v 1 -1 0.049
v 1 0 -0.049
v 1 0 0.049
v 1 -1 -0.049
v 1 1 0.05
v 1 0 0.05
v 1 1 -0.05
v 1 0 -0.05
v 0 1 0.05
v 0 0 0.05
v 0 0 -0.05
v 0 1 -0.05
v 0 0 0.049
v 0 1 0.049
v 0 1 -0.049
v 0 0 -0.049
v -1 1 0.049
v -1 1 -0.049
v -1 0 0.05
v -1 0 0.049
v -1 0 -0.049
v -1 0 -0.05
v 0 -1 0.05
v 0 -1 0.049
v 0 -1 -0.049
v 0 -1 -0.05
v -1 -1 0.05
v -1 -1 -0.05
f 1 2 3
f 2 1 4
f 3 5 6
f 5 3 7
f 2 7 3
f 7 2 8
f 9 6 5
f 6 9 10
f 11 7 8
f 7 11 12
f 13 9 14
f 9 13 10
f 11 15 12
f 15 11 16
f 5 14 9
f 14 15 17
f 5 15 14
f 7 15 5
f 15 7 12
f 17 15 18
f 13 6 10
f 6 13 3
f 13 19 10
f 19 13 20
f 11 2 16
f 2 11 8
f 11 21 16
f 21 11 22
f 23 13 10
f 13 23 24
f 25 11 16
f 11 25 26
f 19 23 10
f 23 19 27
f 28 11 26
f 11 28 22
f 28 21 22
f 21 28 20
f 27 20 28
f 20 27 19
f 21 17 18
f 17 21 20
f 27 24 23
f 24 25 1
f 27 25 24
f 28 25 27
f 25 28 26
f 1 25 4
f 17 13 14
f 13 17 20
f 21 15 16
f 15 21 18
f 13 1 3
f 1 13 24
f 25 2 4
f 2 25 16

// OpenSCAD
module Floor_01(Mat=0){
    Mat_0 = ["#748481","#c6d4cf"];
    Mat_1 = ["#f2eacf","#baab87"];
    Mat_2 = ["#83a492","#427c9d"];
    
    Material = [Mat_0,Mat_1,Mat_2];
    color(Material[Mat][0])
    translate([0.5,0.5,0])
    cube([1,1,0.1], center = true);


    color(Material[Mat][0])
    translate([-0.5,-0.5,0])
    cube([1,1,0.1], center = true);

               
    color(Material[Mat][1])
    translate([-0.5,0.5,0])
    cube([1,1,0.098], center = true);

    color(Material[Mat][1])
    translate([0.5,-0.5,0])
    cube([1,1,0.098], center = true);
}

Floor_01(Mat = 1);

// Written by Nicolì Angelo (Gengio) 2024: 
// MIT License

//Permission is hereby granted, free of charge, to any person obtaining a copy of this software and associated documentation files (the "Software"), to deal in the Software without restriction, including without limitation the rights to use, copy, modify, merge, publish, distribute, sublicense, and/or sell copies of the Software, and to permit persons to whom the Software is furnished to do so, subject to the following conditions:

//The above copyright notice and this permission notice shall be included in all copies or substantial portions of the Software.

//THE SOFTWARE IS PROVIDED "AS IS", WITHOUT WARRANTY OF ANY KIND, EXPRESS OR IMPLIED, INCLUDING BUT NOT LIMITED TO THE WARRANTIES OF MERCHANTABILITY, FITNESS FOR A PARTICULAR PURPOSE AND NONINFRINGEMENT. IN NO EVENT SHALL THE AUTHORS OR COPYRIGHT HOLDERS BE LIABLE FOR ANY CLAIM, DAMAGES OR OTHER LIABILITY, WHETHER IN AN ACTION OF CONTRACT, TORT OR OTHERWISE, ARISING FROM, OUT OF OR IN CONNECTION WITH THE SOFTWARE OR THE USE OR OTHER DEALINGS IN THE SOFTWARE.
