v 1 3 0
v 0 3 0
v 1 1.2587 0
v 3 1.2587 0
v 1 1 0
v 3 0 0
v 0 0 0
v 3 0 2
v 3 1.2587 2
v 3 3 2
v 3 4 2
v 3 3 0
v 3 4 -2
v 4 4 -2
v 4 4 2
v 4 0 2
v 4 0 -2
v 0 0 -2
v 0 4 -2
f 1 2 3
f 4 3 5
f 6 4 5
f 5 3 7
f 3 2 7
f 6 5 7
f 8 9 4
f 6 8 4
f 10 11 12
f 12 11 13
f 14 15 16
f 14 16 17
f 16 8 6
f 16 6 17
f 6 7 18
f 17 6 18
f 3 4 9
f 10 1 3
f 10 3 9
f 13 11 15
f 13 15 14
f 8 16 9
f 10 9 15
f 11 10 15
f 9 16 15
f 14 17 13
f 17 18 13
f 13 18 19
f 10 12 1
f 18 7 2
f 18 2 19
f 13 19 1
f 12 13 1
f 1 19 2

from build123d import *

# Parameters (mm, degrees)
BOSS_EXTRUDE1_DEPTH = 3
SKETCH2_W           = 4
SKETCH2_H           = 4
BOSS_EXTRUDE2_DEPTH = 1
SKETCH3_W           = 2
SKETCH3_H           = 1.741265719
BOSS_EXTRUDE3_DEPTH = 2
CUT_EXTRUDE1_DEPTH  = 2


with BuildPart() as part:
    # Sketch1 → Boss-Extrude1 (new body)
    with BuildSketch(Plane(origin=(0, 0, 0), x_dir=(0, 0, -1), z_dir=(1, 0, 0))):
        Polygon((0, 0), (2, 0), (2, 4), (0, 3), align=None)
    extrude(amount=BOSS_EXTRUDE1_DEPTH)

    # Sketch2 → Boss-Extrude2 (add)
    with BuildSketch(Plane(origin=(3, 0, 0), x_dir=(0, 0, -1), z_dir=(1, 0, 0))):
        with Locations((0, 2)):
            Rectangle(SKETCH2_W, SKETCH2_H)
    extrude(amount=BOSS_EXTRUDE2_DEPTH)

    # Sketch3 → Boss-Extrude3 (add)
    with BuildSketch(Plane.ZY.offset(-3)):
        with Locations((1, 2.129367141)):
            Rectangle(SKETCH3_W, SKETCH3_H)
    extrude(amount=BOSS_EXTRUDE3_DEPTH)

    # Sketch4 → Cut-Extrude1 (cut)
    with BuildSketch(Plane(origin=(0, 3, 0), x_dir=(1, 0, 0), z_dir=(0, 1, 0))):
        Polygon((1, 0), (3, -2), (1, -2), align=None)
    extrude(amount=-CUT_EXTRUDE1_DEPTH, mode=Mode.SUBTRACT)


solid = part.part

- - -

Your goal:
Each line of the data is to be written out again exactly.

Reply:
v 1 -1 0.049
v 1 0 -0.049
v 1 0 0.049
v 1 -1 -0.049
v 1 1 0.05
v 1 0 0.05
v 1 1 -0.05
v 1 0 -0.05
v 0 1 0.05
v 0 0 0.05
v 0 0 -0.05
v 0 1 -0.05
v 0 0 0.049
v 0 1 0.049
v 0 1 -0.049
v 0 0 -0.049
v -1 1 0.049
v -1 1 -0.049
v -1 0 0.05
v -1 0 0.049
v -1 0 -0.049
v -1 0 -0.05
v 0 -1 0.05
v 0 -1 0.049
v 0 -1 -0.049
v 0 -1 -0.05
v -1 -1 0.05
v -1 -1 -0.05
f 1 2 3
f 2 1 4
f 3 5 6
f 5 3 7
f 2 7 3
f 7 2 8
f 9 6 5
f 6 9 10
f 11 7 8
f 7 11 12
f 13 9 14
f 9 13 10
f 11 15 12
f 15 11 16
f 5 14 9
f 14 15 17
f 5 15 14
f 7 15 5
f 15 7 12
f 17 15 18
f 13 6 10
f 6 13 3
f 13 19 10
f 19 13 20
f 11 2 16
f 2 11 8
f 11 21 16
f 21 11 22
f 23 13 10
f 13 23 24
f 25 11 16
f 11 25 26
f 19 23 10
f 23 19 27
f 28 11 26
f 11 28 22
f 28 21 22
f 21 28 20
f 27 20 28
f 20 27 19
f 21 17 18
f 17 21 20
f 27 24 23
f 24 25 1
f 27 25 24
f 28 25 27
f 25 28 26
f 1 25 4
f 17 13 14
f 13 17 20
f 21 15 16
f 15 21 18
f 13 1 3
f 1 13 24
f 25 2 4
f 2 25 16

// OpenSCAD
module Floor_01(Mat=0){
    Mat_0 = ["#748481","#c6d4cf"];
    Mat_1 = ["#f2eacf","#baab87"];
    Mat_2 = ["#83a492","#427c9d"];
    
    Material = [Mat_0,Mat_1,Mat_2];
    color(Material[Mat][0])
    translate([0.5,0.5,0])
    cube([1,1,0.1], center = true);


    color(Material[Mat][0])
    translate([-0.5,-0.5,0])
    cube([1,1,0.1], center = true);

               
    color(Material[Mat][1])
    translate([-0.5,0.5,0])
    cube([1,1,0.098], center = true);

    color(Material[Mat][1])
    translate([0.5,-0.5,0])
    cube([1,1,0.098], center = true);
}

Floor_01(Mat = 1);

// Written by Nicolì Angelo (Gengio) 2024: 
// MIT License

//Permission is hereby granted, free of charge, to any person obtaining a copy of this software and associated documentation files (the "Software"), to deal in the Software without restriction, including without limitation the rights to use, copy, modify, merge, publish, distribute, sublicense, and/or sell copies of the Software, and to permit persons to whom the Software is furnished to do so, subject to the following conditions:

//The above copyright notice and this permission notice shall be included in all copies or substantial portions of the Software.

//THE SOFTWARE IS PROVIDED "AS IS", WITHOUT WARRANTY OF ANY KIND, EXPRESS OR IMPLIED, INCLUDING BUT NOT LIMITED TO THE WARRANTIES OF MERCHANTABILITY, FITNESS FOR A PARTICULAR PURPOSE AND NONINFRINGEMENT. IN NO EVENT SHALL THE AUTHORS OR COPYRIGHT HOLDERS BE LIABLE FOR ANY CLAIM, DAMAGES OR OTHER LIABILITY, WHETHER IN AN ACTION OF CONTRACT, TORT OR OTHERWISE, ARISING FROM, OUT OF OR IN CONNECTION WITH THE SOFTWARE OR THE USE OR OTHER DEALINGS IN THE SOFTWARE.
v 1 3 0
v 0 3 0
v 1 1.2587 0
v 3 1.2587 0
v 1 1 0
v 3 0 0
v 0 0 0
v 3 0 2
v 3 1.2587 2
v 3 3 2
v 3 4 2
v 3 3 0
v 3 4 -2
v 4 4 -2
v 4 4 2
v 4 0 2
v 4 0 -2
v 0 0 -2
v 0 4 -2
f 1 2 3
f 4 3 5
f 6 4 5
f 5 3 7
f 3 2 7
f 6 5 7
f 8 9 4
f 6 8 4
f 10 11 12
f 12 11 13
f 14 15 16
f 14 16 17
f 16 8 6
f 16 6 17
f 6 7 18
f 17 6 18
f 3 4 9
f 10 1 3
f 10 3 9
f 13 11 15
f 13 15 14
f 8 16 9
f 10 9 15
f 11 10 15
f 9 16 15
f 14 17 13
f 17 18 13
f 13 18 19
f 10 12 1
f 18 7 2
f 18 2 19
f 13 19 1
f 12 13 1
f 1 19 2

from build123d import *

# Parameters (mm, degrees)
BOSS_EXTRUDE1_DEPTH = 3
SKETCH2_W           = 4
SKETCH2_H           = 4
BOSS_EXTRUDE2_DEPTH = 1
SKETCH3_W           = 2
SKETCH3_H           = 1.741265719
BOSS_EXTRUDE3_DEPTH = 2
CUT_EXTRUDE1_DEPTH  = 2


with BuildPart() as part:
    # Sketch1 → Boss-Extrude1 (new body)
    with BuildSketch(Plane(origin=(0, 0, 0), x_dir=(0, 0, -1), z_dir=(1, 0, 0))):
        Polygon((0, 0), (2, 0), (2, 4), (0, 3), align=None)
    extrude(amount=BOSS_EXTRUDE1_DEPTH)

    # Sketch2 → Boss-Extrude2 (add)
    with BuildSketch(Plane(origin=(3, 0, 0), x_dir=(0, 0, -1), z_dir=(1, 0, 0))):
        with Locations((0, 2)):
            Rectangle(SKETCH2_W, SKETCH2_H)
    extrude(amount=BOSS_EXTRUDE2_DEPTH)

    # Sketch3 → Boss-Extrude3 (add)
    with BuildSketch(Plane.ZY.offset(-3)):
        with Locations((1, 2.129367141)):
            Rectangle(SKETCH3_W, SKETCH3_H)
    extrude(amount=BOSS_EXTRUDE3_DEPTH)

    # Sketch4 → Cut-Extrude1 (cut)
    with BuildSketch(Plane(origin=(0, 3, 0), x_dir=(1, 0, 0), z_dir=(0, 1, 0))):
        Polygon((1, 0), (3, -2), (1, -2), align=None)
    extrude(amount=-CUT_EXTRUDE1_DEPTH, mode=Mode.SUBTRACT)


solid = part.part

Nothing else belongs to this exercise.